FRC 2026 Rebuilt fuel detection
We present two YOLO object detection models specialized for use in the 2026 FIRST Robotics Competition REBUILT game. These models are able to detect high-density yellow foam balls, called fuel, which are game pieces in REBUILT. Accurate fuel detection could improve robot pathplanning during autonomous. The first model, v0, was trained on a public domain dataset found on the Roboflow platform. This model was based on YOLO11. We found that this dataset contained low-quality images, which led to a poorly performing model. For v1, we decided to make a custom dataset, and use YOLO26 as our base model. The dataset consisted of 54 annotated images capturing the fuel game piece in a variety of positions and locations. Once trained on our custom dataset, the v1 model achieved higher accuracy.
We used an 80/20 train-validation split. There was no use of offline data augmentation to artificially expand the dataset, due to time constraints. The annotation of the dataset was done on a self-hosted instance of CVAT (Computer Vision Annotation Tool).
v0
v1
As shown, v1 yields better training results (~97% mAP50) after ~120 epochs. v0 was trained for ~75 epochs and achieved a final mAP50 of ~85%. v1 had a higher label quality/precision, since it was trained on a custom dataset, but limited variety due to the dataset consisting of fewer images than the public dataset. The charts show loss function analysis.
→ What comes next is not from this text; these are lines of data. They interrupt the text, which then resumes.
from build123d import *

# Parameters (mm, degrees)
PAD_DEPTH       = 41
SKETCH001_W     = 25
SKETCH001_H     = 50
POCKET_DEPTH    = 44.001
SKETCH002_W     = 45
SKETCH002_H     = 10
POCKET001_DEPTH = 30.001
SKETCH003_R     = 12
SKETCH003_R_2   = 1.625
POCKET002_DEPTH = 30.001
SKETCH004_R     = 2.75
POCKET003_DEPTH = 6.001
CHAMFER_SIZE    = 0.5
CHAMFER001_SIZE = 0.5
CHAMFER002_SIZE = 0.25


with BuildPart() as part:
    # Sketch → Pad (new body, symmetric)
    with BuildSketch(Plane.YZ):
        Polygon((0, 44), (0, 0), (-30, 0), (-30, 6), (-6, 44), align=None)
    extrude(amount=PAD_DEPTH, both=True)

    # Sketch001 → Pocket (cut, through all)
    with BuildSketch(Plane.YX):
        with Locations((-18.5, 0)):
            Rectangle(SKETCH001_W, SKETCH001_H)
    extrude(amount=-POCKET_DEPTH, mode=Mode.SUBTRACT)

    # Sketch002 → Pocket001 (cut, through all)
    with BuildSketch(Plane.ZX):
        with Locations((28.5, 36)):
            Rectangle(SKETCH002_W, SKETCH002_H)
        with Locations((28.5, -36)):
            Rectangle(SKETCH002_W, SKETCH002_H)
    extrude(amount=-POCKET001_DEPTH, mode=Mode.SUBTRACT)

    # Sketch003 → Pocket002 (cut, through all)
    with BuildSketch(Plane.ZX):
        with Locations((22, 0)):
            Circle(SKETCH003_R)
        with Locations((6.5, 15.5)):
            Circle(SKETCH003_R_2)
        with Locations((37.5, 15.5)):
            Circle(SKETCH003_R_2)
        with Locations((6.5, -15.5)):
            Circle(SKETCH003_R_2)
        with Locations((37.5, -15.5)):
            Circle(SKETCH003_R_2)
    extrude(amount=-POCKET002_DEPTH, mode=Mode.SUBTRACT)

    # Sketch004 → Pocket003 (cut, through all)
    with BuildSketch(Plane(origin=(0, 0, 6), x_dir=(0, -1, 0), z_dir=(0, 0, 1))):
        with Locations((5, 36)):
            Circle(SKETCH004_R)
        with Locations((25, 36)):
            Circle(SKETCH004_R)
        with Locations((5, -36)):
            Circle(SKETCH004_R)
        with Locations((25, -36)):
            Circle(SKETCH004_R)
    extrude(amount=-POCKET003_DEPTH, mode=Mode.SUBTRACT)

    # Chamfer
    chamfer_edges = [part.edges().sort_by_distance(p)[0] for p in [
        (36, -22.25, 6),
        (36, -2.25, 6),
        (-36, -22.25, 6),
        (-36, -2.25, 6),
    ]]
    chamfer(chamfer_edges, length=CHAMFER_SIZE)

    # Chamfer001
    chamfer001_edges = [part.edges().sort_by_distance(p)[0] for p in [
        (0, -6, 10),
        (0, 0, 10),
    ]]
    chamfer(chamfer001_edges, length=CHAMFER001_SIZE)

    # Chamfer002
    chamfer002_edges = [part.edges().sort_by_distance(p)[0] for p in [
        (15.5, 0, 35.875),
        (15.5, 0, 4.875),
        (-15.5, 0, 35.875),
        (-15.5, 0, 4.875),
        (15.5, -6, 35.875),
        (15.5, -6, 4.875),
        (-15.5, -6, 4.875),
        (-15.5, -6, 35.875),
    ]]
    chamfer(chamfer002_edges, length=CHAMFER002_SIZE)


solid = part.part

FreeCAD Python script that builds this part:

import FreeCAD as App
import Part
import Sketcher
from FreeCAD import Vector


def edges_at(feature, points):
    """Names of the edges that pass closest to the given points."""
    edges = feature.Shape.Edges
    near = lambda p: min(range(len(edges)), key=lambda i: edges[i].distToShape(Part.Vertex(*p))[0])
    return sorted({f"Edge{near(p) + 1}" for p in points})


def add_polygon(sketch, points):
    """Adds a closed chain of lines whose ends are joined by coincident constraints."""
    first, n = sketch.GeometryCount, len(points)
    for a, b in zip(points, points[1:] + points[:1]):
        sketch.addGeometry(Part.LineSegment(App.Vector(*a, 0), App.Vector(*b, 0)), False)
    for i in range(n):
        sketch.addConstraint(Sketcher.Constraint("Coincident", first + i, 2, first + (i + 1) % n, 1))

doc = App.newDocument("Part")
body = doc.addObject("PartDesign::Body", "Body")

# Sketch on YZ plane
sketch1 = body.newObject("Sketcher::SketchObject", "Sketch")
sketch1.AttachmentSupport = (doc.getObject("YZ_Plane"), [""])
sketch1.MapMode = "FlatFace"
add_polygon(sketch1, [(0, 0), (0, 44), (-6, 44), (-30, 6), (-30, 0)])  # lines 0-4
sketch1.addConstraint(Sketcher.Constraint("Vertical", 0))
sketch1.addConstraint(Sketcher.Constraint("Horizontal", 1))
sketch1.addConstraint(Sketcher.Constraint("Vertical", 3))
sketch1.addConstraint(Sketcher.Constraint("Horizontal", 4))
sketch1.addConstraint(Sketcher.Constraint("Coincident", 4, 2, -1, 1))
sketch1.addConstraint(Sketcher.Constraint("Equal", 1, 3))
sketch1.addConstraint(Sketcher.Constraint("DistanceX", 1, 2, 1, 1, 6.0))
sketch1.addConstraint(Sketcher.Constraint("DistanceX", 4, 1, 4, 2, 30.0))
sketch1.addConstraint(Sketcher.Constraint("DistanceY", 0, 1, 0, 2, 44.0))
pad1 = body.newObject("PartDesign::Pad", "Pad")
pad1.Profile = sketch1
pad1.Length = 82
pad1.Midplane = True

# Sketch on XY plane
sketch2 = body.newObject("Sketcher::SketchObject", "Sketch001")
sketch2.AttachmentSupport = (doc.getObject("XY_Plane"), [""])
sketch2.MapMode = "FlatFace"
add_polygon(sketch2, [(25, -31), (-25, -31), (-25, -6), (25, -6)])  # lines 0-3
sketch2.addConstraint(Sketcher.Constraint("Horizontal", 0))
sketch2.addConstraint(Sketcher.Constraint("Vertical", 1))
sketch2.addConstraint(Sketcher.Constraint("Horizontal", 2))
sketch2.addConstraint(Sketcher.Constraint("Vertical", 3))
sketch2.addConstraint(Sketcher.Constraint("DistanceX", 0, 2, 0, 1, 50.0))
sketch2.addConstraint(Sketcher.Constraint("DistanceY", 1, 1, 1, 2, 25.0))
sketch2.addConstraint(Sketcher.Constraint("DistanceX", 0, 2, -1, 1, 25.0))
sketch2.addConstraint(Sketcher.Constraint("DistanceY", 0, 2, -1, 1, 31.0))
pocket1 = body.newObject("PartDesign::Pocket", "Pocket")
pocket1.Profile = sketch2
pocket1.Type = "ThroughAll"
pocket1.Reversed = True

# Sketch on XZ plane
sketch3 = body.newObject("Sketcher::SketchObject", "Sketch002")
sketch3.AttachmentSupport = (doc.getObject("XZ_Plane"), [""])
sketch3.MapMode = "FlatFace"
add_polygon(sketch3, [(41, 6), (31, 6), (31, 51), (41, 51)])  # lines 0-3
add_polygon(sketch3, [(-31, 6), (-41, 6), (-41, 51), (-31, 51)])  # lines 4-7
sketch3.addConstraint(Sketcher.Constraint("Horizontal", 0))
sketch3.addConstraint(Sketcher.Constraint("Vertical", 1))
sketch3.addConstraint(Sketcher.Constraint("Horizontal", 2))
sketch3.addConstraint(Sketcher.Constraint("Vertical", 3))
sketch3.addConstraint(Sketcher.Constraint("Horizontal", 4))
sketch3.addConstraint(Sketcher.Constraint("Vertical", 5))
sketch3.addConstraint(Sketcher.Constraint("Horizontal", 6))
sketch3.addConstraint(Sketcher.Constraint("Vertical", 7))
sketch3.addConstraint(Sketcher.Constraint("Symmetric", 3, 2, 4, 2, -2))
sketch3.addConstraint(Sketcher.Constraint("Symmetric", 1, 2, 6, 2, -2))
sketch3.addConstraint(Sketcher.Constraint("DistanceX", 0, 2, 0, 1, 10.0))
sketch3.addConstraint(Sketcher.Constraint("DistanceY", 1, 1, 1, 2, 45.0))
sketch3.addConstraint(Sketcher.Constraint("DistanceX", -1, 1, 0, 2, 31.0))
sketch3.addConstraint(Sketcher.Constraint("DistanceY", -1, 1, 0, 2, 6.0))
pocket2 = body.newObject("PartDesign::Pocket", "Pocket001")
pocket2.Profile = sketch3
pocket2.Type = "ThroughAll"
pocket2.Reversed = True

# Sketch on XZ plane
sketch4 = body.newObject("Sketcher::SketchObject", "Sketch003")
sketch4.AttachmentSupport = (doc.getObject("XZ_Plane"), [""])
sketch4.MapMode = "FlatFace"
sketch4.addGeometry(Part.Circle(Vector(0, 22, 0), Vector(0, 0, 1), 12), False)
sketch4.addGeometry(Part.Circle(Vector(15.5, 6.5, 0), Vector(0, 0, 1), 1.6), False)
sketch4.addGeometry(Part.Circle(Vector(15.5, 37.5, 0), Vector(0, 0, 1), 1.6), False)
sketch4.addGeometry(Part.Circle(Vector(-15.5, 6.5, 0), Vector(0, 0, 1), 1.6), False)
sketch4.addGeometry(Part.Circle(Vector(-15.5, 37.5, 0), Vector(0, 0, 1), 1.6), False)
sketch4.addConstraint(Sketcher.Constraint("Equal", 1, 2))
sketch4.addConstraint(Sketcher.Constraint("Equal", 2, 3))
sketch4.addConstraint(Sketcher.Constraint("Equal", 3, 4))
sketch4.addConstraint(Sketcher.Constraint("Symmetric", 1, 3, 3, 3, -2))
sketch4.addConstraint(Sketcher.Constraint("Symmetric", 2, 3, 4, 3, -2))
sketch4.addConstraint(Sketcher.Constraint("PointOnObject", 0, 3, -2))
sketch4.addConstraint(Sketcher.Constraint("Vertical", 1, 3, 2, 3))
sketch4.addConstraint(Sketcher.Constraint("Diameter", 0, 24.0))
sketch4.addConstraint(Sketcher.Constraint("Diameter", 1, 3.25))
sketch4.addConstraint(Sketcher.Constraint("DistanceY", -1, 1, 0, 3, 22.0))
sketch4.addConstraint(Sketcher.Constraint("DistanceY", 1, 3, 2, 3, 31.0))
sketch4.addConstraint(Sketcher.Constraint("DistanceX", 3, 3, 1, 3, 31.0))
sketch4.addConstraint(Sketcher.Constraint("DistanceY", -1, 1, 1, 3, 6.5))
pocket3 = body.newObject("PartDesign::Pocket", "Pocket002")
pocket3.Profile = sketch4
pocket3.Type = "ThroughAll"
pocket3.Reversed = True

# Sketch on XY plane
sketch5 = body.newObject("Sketcher::SketchObject", "Sketch004")
sketch5.AttachmentSupport = (doc.getObject("XY_Plane"), [""])
sketch5.MapMode = "FlatFace"
sketch5.AttachmentOffset = App.Placement(Vector(0, 0, 6), App.Rotation())
sketch5.addGeometry(Part.Circle(Vector(36, -5, 0), Vector(0, 0, 1), 2.8), False)
sketch5.addGeometry(Part.Circle(Vector(36, -25, 0), Vector(0, 0, 1), 2.8), False)
sketch5.addGeometry(Part.Circle(Vector(-36, -5, 0), Vector(0, 0, 1), 2.8), False)
sketch5.addGeometry(Part.Circle(Vector(-36, -25, 0), Vector(0, 0, 1), 2.8), False)
sketch5.addConstraint(Sketcher.Constraint("Equal", 0, 1))
sketch5.addConstraint(Sketcher.Constraint("Equal", 1, 2))
sketch5.addConstraint(Sketcher.Constraint("Equal", 2, 3))
sketch5.addConstraint(Sketcher.Constraint("Symmetric", 0, 3, 2, 3, -2))
sketch5.addConstraint(Sketcher.Constraint("Symmetric", 1, 3, 3, 3, -2))
sketch5.addConstraint(Sketcher.Constraint("Vertical", 0, 3, 1, 3))
sketch5.addConstraint(Sketcher.Constraint("Diameter", 0, 5.5))
sketch5.addConstraint(Sketcher.Constraint("DistanceX", -1, 1, 0, 3, 36.0))
sketch5.addConstraint(Sketcher.Constraint("DistanceY", 0, 3, -1, 1, 5.0))
sketch5.addConstraint(Sketcher.Constraint("DistanceY", 1, 3, -1, 1, 25.0))
pocket4 = body.newObject("PartDesign::Pocket", "Pocket003")
pocket4.Profile = sketch5
pocket4.Type = "ThroughAll"
doc.recompute()

chamfer = body.newObject("PartDesign::Chamfer", "Chamfer")
chamfer.Base = (pocket4, edges_at(pocket4, [
    (36, -22.25, 6),
    (36, -2.25, 6),
    (-36, -22.25, 6),
    (-36, -2.25, 6),
]))
chamfer.Size = 0.5
doc.recompute()

chamfer2 = body.newObject("PartDesign::Chamfer", "Chamfer001")
chamfer2.Base = (chamfer, edges_at(chamfer, [(0, -6, 10), (0, 0, 10)]))
chamfer2.Size = 0.5
doc.recompute()

chamfer3 = body.newObject("PartDesign::Chamfer", "Chamfer002")
chamfer3.Base = (chamfer2, edges_at(chamfer2, [
    (15.5, 0, 35.875),
    (15.5, 0, 4.875),
    (-15.5, 0, 35.875),
    (-15.5, 0, 4.875),
    (15.5, -6, 35.875),
    (15.5, -6, 4.875),
    (-15.5, -6, 4.875),
    (-15.5, -6, 35.875),
]))
chamfer3.Size = 0.25

doc.recompute()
| Model | mAP50 | mAP50-95 | Epochs | Dataset |
|---|---|---|---|---|
| v0 | ~85% | ~62% | 75 | Large, Public (Roboflow) |
| v1 | ~97% | ~88% | 120 | Small, Custom (CVAT) |
Even with v1 only having 54 images, v1 significantly outperforms v0 (+12% mAP50, +26% mAP50-95).
- box_loss (bounding box regression) on v0 was a smooth, steady decline, while v1 was noisy and fluctuated. This shows that small datasets cause instability.
- cls_loss (classification loss) on v0 was clean, while v1 had a volatile start, showing models struggle with limited examples.
- dfl_loss (distribution focal loss) on v0 was a stable decrease, while v1 was erratic. This is another issue with data scarcity.
Training v1 for 120 epochs (vs. 75 for v0) helped compensate for the smaller dataset size. The loss oscillations shown suggest the model might be memorizing the training set rather than generalizing, which is common with very small datasets.
For this specific task, a smaller, manually curated dataset outperformed a larger but noisy public dataset, highlighting the importance of annotation quality over quantity when data is limited. While the switch from YOLO11 to YOLO26 likely contributed to the performance bump, the dataset quality was a major cause of the improvement in detection.